Workman v. Workman

Metcalf, J.

This action is brought for the sole purpose of having the question decided whether the legacy of four thousand *473dollars bequeathed to Cornelia Workman lapsed by reason of her decease while the testator was alive. And the court have no doubt that it did lapse, and that the plaintiff’s claim to a part of that $4000, if she has any legal claim, is under the residuary clause in the will. This is admitted by the plaintiff’s counsel, if the legacy lapsed; but it is contended that the twenty thousand dollars given to the five persons named in the fourth clause in the will were given to them as a class, and are to be equally divided among the four who survived the testator. And if this were a bequest to a class, the plaintiff’s claim wo.uld be sustained. But the authorities on this subject conclusively show that it is an established general rule of law, that when the parties to whom a legacy is given are not described as a class, but by their individual names — though they may constitute a class — the death of any one of them, before the testator, causes a lapse of the legacy intended for the legatee so dying. Smith on Real and Personal Property, 810, 811.

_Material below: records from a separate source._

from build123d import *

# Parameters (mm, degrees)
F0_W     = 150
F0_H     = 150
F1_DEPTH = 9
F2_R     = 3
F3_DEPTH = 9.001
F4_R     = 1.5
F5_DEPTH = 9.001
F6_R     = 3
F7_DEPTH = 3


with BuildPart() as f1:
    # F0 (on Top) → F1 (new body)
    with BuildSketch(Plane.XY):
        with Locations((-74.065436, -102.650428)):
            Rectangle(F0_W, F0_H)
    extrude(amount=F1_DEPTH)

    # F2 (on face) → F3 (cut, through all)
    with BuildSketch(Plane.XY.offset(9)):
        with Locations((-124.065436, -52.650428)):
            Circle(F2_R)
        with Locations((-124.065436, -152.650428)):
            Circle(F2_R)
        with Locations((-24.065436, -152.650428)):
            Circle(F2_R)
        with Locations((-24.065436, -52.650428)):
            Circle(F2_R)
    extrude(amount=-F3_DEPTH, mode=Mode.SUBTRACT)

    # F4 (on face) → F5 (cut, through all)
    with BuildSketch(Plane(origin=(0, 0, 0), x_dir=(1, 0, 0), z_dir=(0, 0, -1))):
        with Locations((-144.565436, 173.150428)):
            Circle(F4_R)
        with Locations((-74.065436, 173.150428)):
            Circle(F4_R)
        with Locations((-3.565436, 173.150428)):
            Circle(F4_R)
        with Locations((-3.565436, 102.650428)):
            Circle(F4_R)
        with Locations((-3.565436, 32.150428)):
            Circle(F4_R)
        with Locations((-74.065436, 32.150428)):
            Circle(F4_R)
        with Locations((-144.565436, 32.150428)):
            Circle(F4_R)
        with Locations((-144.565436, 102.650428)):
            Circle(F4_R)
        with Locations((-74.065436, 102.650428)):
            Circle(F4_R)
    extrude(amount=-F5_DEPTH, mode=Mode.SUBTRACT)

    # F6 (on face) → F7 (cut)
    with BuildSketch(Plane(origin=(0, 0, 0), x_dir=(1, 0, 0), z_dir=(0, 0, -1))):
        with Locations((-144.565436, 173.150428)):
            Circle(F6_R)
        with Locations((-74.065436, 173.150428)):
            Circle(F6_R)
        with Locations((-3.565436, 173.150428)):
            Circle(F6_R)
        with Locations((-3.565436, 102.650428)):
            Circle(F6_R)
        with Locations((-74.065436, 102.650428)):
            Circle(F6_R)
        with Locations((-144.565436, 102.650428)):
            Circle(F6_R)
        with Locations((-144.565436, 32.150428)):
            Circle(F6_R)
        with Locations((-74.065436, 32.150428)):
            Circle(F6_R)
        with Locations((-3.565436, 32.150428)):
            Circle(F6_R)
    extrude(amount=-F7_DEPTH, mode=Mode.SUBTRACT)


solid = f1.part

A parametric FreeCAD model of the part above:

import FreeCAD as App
import Part
import Sketcher
from FreeCAD import Vector

doc = App.newDocument("Part")
body = doc.addObject("PartDesign::Body", "Body")

# Sketch on XY plane
sketch1 = doc.addObject("Sketcher::SketchObject", "Sketch")
body.addObject(sketch1)
sketch1.AttachmentSupport = (doc.XY_Plane, [""])
sketch1.MapMode = "FlatFace"
sketch1.addGeometry([
    Part.LineSegment(Vector(-149, -28, 0), Vector(-149, -178, 0)),
    Part.LineSegment(Vector(-149, -178, 0), Vector(1, -178, 0)),
    Part.LineSegment(Vector(1, -178, 0), Vector(1, -28, 0)),
    Part.LineSegment(Vector(1, -28, 0), Vector(-149, -28, 0)),
], False)
sketch1.addConstraint([
    Sketcher.Constraint("Coincident", 0, 2, 1, 1),
    Sketcher.Constraint("Coincident", 1, 2, 2, 1),
    Sketcher.Constraint("Coincident", 2, 2, 3, 1),
    Sketcher.Constraint("Coincident", 3, 2, 0, 1),
    Sketcher.Constraint("Vertical", 0),
    Sketcher.Constraint("Horizontal", 1),
    Sketcher.Constraint("Vertical", 2),
    Sketcher.Constraint("Horizontal", 3),
    Sketcher.Constraint("Equal", 3, 0),
    Sketcher.Constraint("DistanceX", 1, 1, 1, 2, 150.0),
    Sketcher.Constraint("DistanceY", 0, 2, -1, 1, 177.650428),
    Sketcher.Constraint("DistanceX", 0, 2, -1, 1, 149.065436),
])
pad1 = doc.addObject("PartDesign::Pad", "Pad")
body.addObject(pad1)
pad1.Profile = sketch1
pad1.Length = 9

# Sketch on XY plane
sketch2 = doc.addObject("Sketcher::SketchObject", "Sketch001")
body.addObject(sketch2)
sketch2.AttachmentSupport = (doc.XY_Plane, [""])
sketch2.MapMode = "FlatFace"
sketch2.AttachmentOffset = App.Placement(Vector(0, 0, 9), App.Rotation())
sketch2.addGeometry([
    Part.Circle(Vector(-124.1, -52.7, 0), Vector(0, 0, 1), 3),
    Part.Circle(Vector(-124.1, -152.7, 0), Vector(0, 0, 1), 3),
    Part.Circle(Vector(-24.1, -152.7, 0), Vector(0, 0, 1), 3),
    Part.Circle(Vector(-24.1, -52.7, 0), Vector(0, 0, 1), 3),
], False)
sketch2.addConstraint([
    Sketcher.Constraint("Equal", 0, 1),
    Sketcher.Constraint("Equal", 1, 2),
    Sketcher.Constraint("Equal", 2, 3),
    Sketcher.Constraint("Horizontal", 1, 3, 2, 3),
    Sketcher.Constraint("Horizontal", 0, 3, 3, 3),
    Sketcher.Constraint("Vertical", 0, 3, 1, 3),
    Sketcher.Constraint("Vertical", 2, 3, 3, 3),
    Sketcher.Constraint("Diameter", 0, 6.0),
    Sketcher.Constraint("DistanceY", 1, 3, 0, 3, 100.0),
    Sketcher.Constraint("DistanceX", 1, 3, 2, 3, 100.0),
    Sketcher.Constraint("DistanceY", 1, 3, -1, 1, 152.650428),
    Sketcher.Constraint("DistanceX", 0, 3, -1, 1, 124.065436),
])
pocket1 = doc.addObject("PartDesign::Pocket", "Pocket")
body.addObject(pocket1)
pocket1.Profile = sketch2
pocket1.Type = "ThroughAll"

# Sketch on XY plane
sketch3 = doc.addObject("Sketcher::SketchObject", "Sketch002")
body.addObject(sketch3)
sketch3.AttachmentSupport = (doc.XY_Plane, [""])
sketch3.MapMode = "FlatFace"
sketch3.addGeometry([
    Part.Circle(Vector(-144.6, -173.2, 0), Vector(0, 0, 1), 1.5),  # 0
    Part.Circle(Vector(-74.1, -173.2, 0), Vector(0, 0, 1), 1.5),  # 1
    Part.Circle(Vector(-3.6, -173.2, 0), Vector(0, 0, 1), 1.5),  # 2
    Part.Circle(Vector(-3.6, -102.7, 0), Vector(0, 0, 1), 1.5),  # 3
    Part.Circle(Vector(-3.6, -32.2, 0), Vector(0, 0, 1), 1.5),  # 4
    Part.Circle(Vector(-74.1, -32.2, 0), Vector(0, 0, 1), 1.5),  # 5
    Part.Circle(Vector(-144.6, -32.2, 0), Vector(0, 0, 1), 1.5),  # 6
    Part.Circle(Vector(-144.6, -102.7, 0), Vector(0, 0, 1), 1.5),  # 7
    Part.Circle(Vector(-74.1, -102.7, 0), Vector(0, 0, 1), 1.5),  # 8
], False)
sketch3.addConstraint([
    Sketcher.Constraint("Equal", 0, 1),
    Sketcher.Constraint("Equal", 1, 2),
    Sketcher.Constraint("Equal", 2, 3),
    Sketcher.Constraint("Equal", 3, 4),
    Sketcher.Constraint("Equal", 4, 5),
    Sketcher.Constraint("Equal", 5, 6),
    Sketcher.Constraint("Equal", 6, 7),
    Sketcher.Constraint("Equal", 7, 8),
    Sketcher.Constraint("Horizontal", 0, 3, 1, 3),
    Sketcher.Constraint("Horizontal", 1, 3, 2, 3),
    Sketcher.Constraint("Horizontal", 4, 3, 5, 3),
    Sketcher.Constraint("Horizontal", 5, 3, 6, 3),
    Sketcher.Constraint("Horizontal", 3, 3, 7, 3),
    Sketcher.Constraint("Horizontal", 7, 3, 8, 3),
    Sketcher.Constraint("Vertical", 2, 3, 3, 3),
    Sketcher.Constraint("Vertical", 3, 3, 4, 3),
    Sketcher.Constraint("Vertical", 1, 3, 5, 3),
    Sketcher.Constraint("Vertical", 0, 3, 6, 3),
    Sketcher.Constraint("Vertical", 6, 3, 7, 3),
    Sketcher.Constraint("Vertical", 5, 3, 8, 3),
    Sketcher.Constraint("Diameter", 0, 3.0),
    Sketcher.Constraint("DistanceX", 0, 3, 2, 3, 141.0),
    Sketcher.Constraint("DistanceY", 2, 3, 4, 3, 141.0),
    Sketcher.Constraint("DistanceX", 0, 3, 1, 3, 70.5),
    Sketcher.Constraint("DistanceY", 2, 3, 3, 3, 70.5),
    Sketcher.Constraint("DistanceY", 0, 3, -1, 1, 173.150428),
    Sketcher.Constraint("DistanceX", 0, 3, -1, 1, 144.565436),
])
pocket2 = doc.addObject("PartDesign::Pocket", "Pocket001")
body.addObject(pocket2)
pocket2.Profile = sketch3
pocket2.Type = "ThroughAll"
pocket2.Reversed = True

# Sketch on XY plane
sketch4 = doc.addObject("Sketcher::SketchObject", "Sketch003")
body.addObject(sketch4)
sketch4.AttachmentSupport = (doc.XY_Plane, [""])
sketch4.MapMode = "FlatFace"
sketch4.addGeometry([
    Part.Circle(Vector(-144.6, -173.2, 0), Vector(0, 0, 1), 3),  # 0
    Part.Circle(Vector(-74.1, -173.2, 0), Vector(0, 0, 1), 3),  # 1
    Part.Circle(Vector(-3.6, -173.2, 0), Vector(0, 0, 1), 3),  # 2
    Part.Circle(Vector(-3.6, -102.7, 0), Vector(0, 0, 1), 3),  # 3
    Part.Circle(Vector(-74.1, -102.7, 0), Vector(0, 0, 1), 3),  # 4
    Part.Circle(Vector(-144.6, -102.7, 0), Vector(0, 0, 1), 3),  # 5
    Part.Circle(Vector(-144.6, -32.2, 0), Vector(0, 0, 1), 3),  # 6
    Part.Circle(Vector(-74.1, -32.2, 0), Vector(0, 0, 1), 3),  # 7
    Part.Circle(Vector(-3.6, -32.2, 0), Vector(0, 0, 1), 3),  # 8
], False)
sketch4.addConstraint([
    Sketcher.Constraint("Equal", 0, 1),
    Sketcher.Constraint("Equal", 1, 2),
    Sketcher.Constraint("Equal", 2, 3),
    Sketcher.Constraint("Equal", 3, 4),
    Sketcher.Constraint("Equal", 4, 5),
    Sketcher.Constraint("Equal", 5, 6),
    Sketcher.Constraint("Equal", 6, 7),
    Sketcher.Constraint("Equal", 7, 8),
    Sketcher.Constraint("Horizontal", 0, 3, 1, 3),
    Sketcher.Constraint("Horizontal", 1, 3, 2, 3),
    Sketcher.Constraint("Horizontal", 3, 3, 4, 3),
    Sketcher.Constraint("Horizontal", 4, 3, 5, 3),
    Sketcher.Constraint("Horizontal", 6, 3, 7, 3),
    Sketcher.Constraint("Horizontal", 7, 3, 8, 3),
    Sketcher.Constraint("Vertical", 2, 3, 3, 3),
    Sketcher.Constraint("Vertical", 1, 3, 4, 3),
    Sketcher.Constraint("Vertical", 0, 3, 5, 3),
    Sketcher.Constraint("Vertical", 5, 3, 6, 3),
    Sketcher.Constraint("Vertical", 4, 3, 7, 3),
    Sketcher.Constraint("Vertical", 3, 3, 8, 3),
    Sketcher.Constraint("Diameter", 0, 6.0),
    Sketcher.Constraint("DistanceX", 0, 3, 2, 3, 141.0),
    Sketcher.Constraint("DistanceY", 0, 3, 6, 3, 141.0),
    Sketcher.Constraint("DistanceX", 0, 3, 1, 3, 70.5),
    Sketcher.Constraint("DistanceY", 2, 3, 3, 3, 70.5),
    Sketcher.Constraint("DistanceY", 0, 3, -1, 1, 173.150428),
    Sketcher.Constraint("DistanceX", 0, 3, -1, 1, 144.565436),
])
pocket3 = doc.addObject("PartDesign::Pocket", "Pocket002")
body.addObject(pocket3)
pocket3.Profile = sketch4
pocket3.Length = 3
pocket3.Reversed = True

doc.recompute()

We have so recently had this matter before us, in Jackson v. Roberts, 14 Gray, 546, that we need not do more than to refer to that case, which was ably argued, and considerately examined. We found reasons for taking that case out of the general rule. We find none in this case.

What may be the legal claim of the plaintiff, as one of the surviving residuary legatees, upon the lapsed legacy, is a question not now before us, on which we therefore forbear to express any opinion. Indeed, we do not understand that, on this point, there will be any difference of opinion between the parties, after we have decided, as we now do, that the legacy to Cornelia lapsed.

Judgment for the defendant.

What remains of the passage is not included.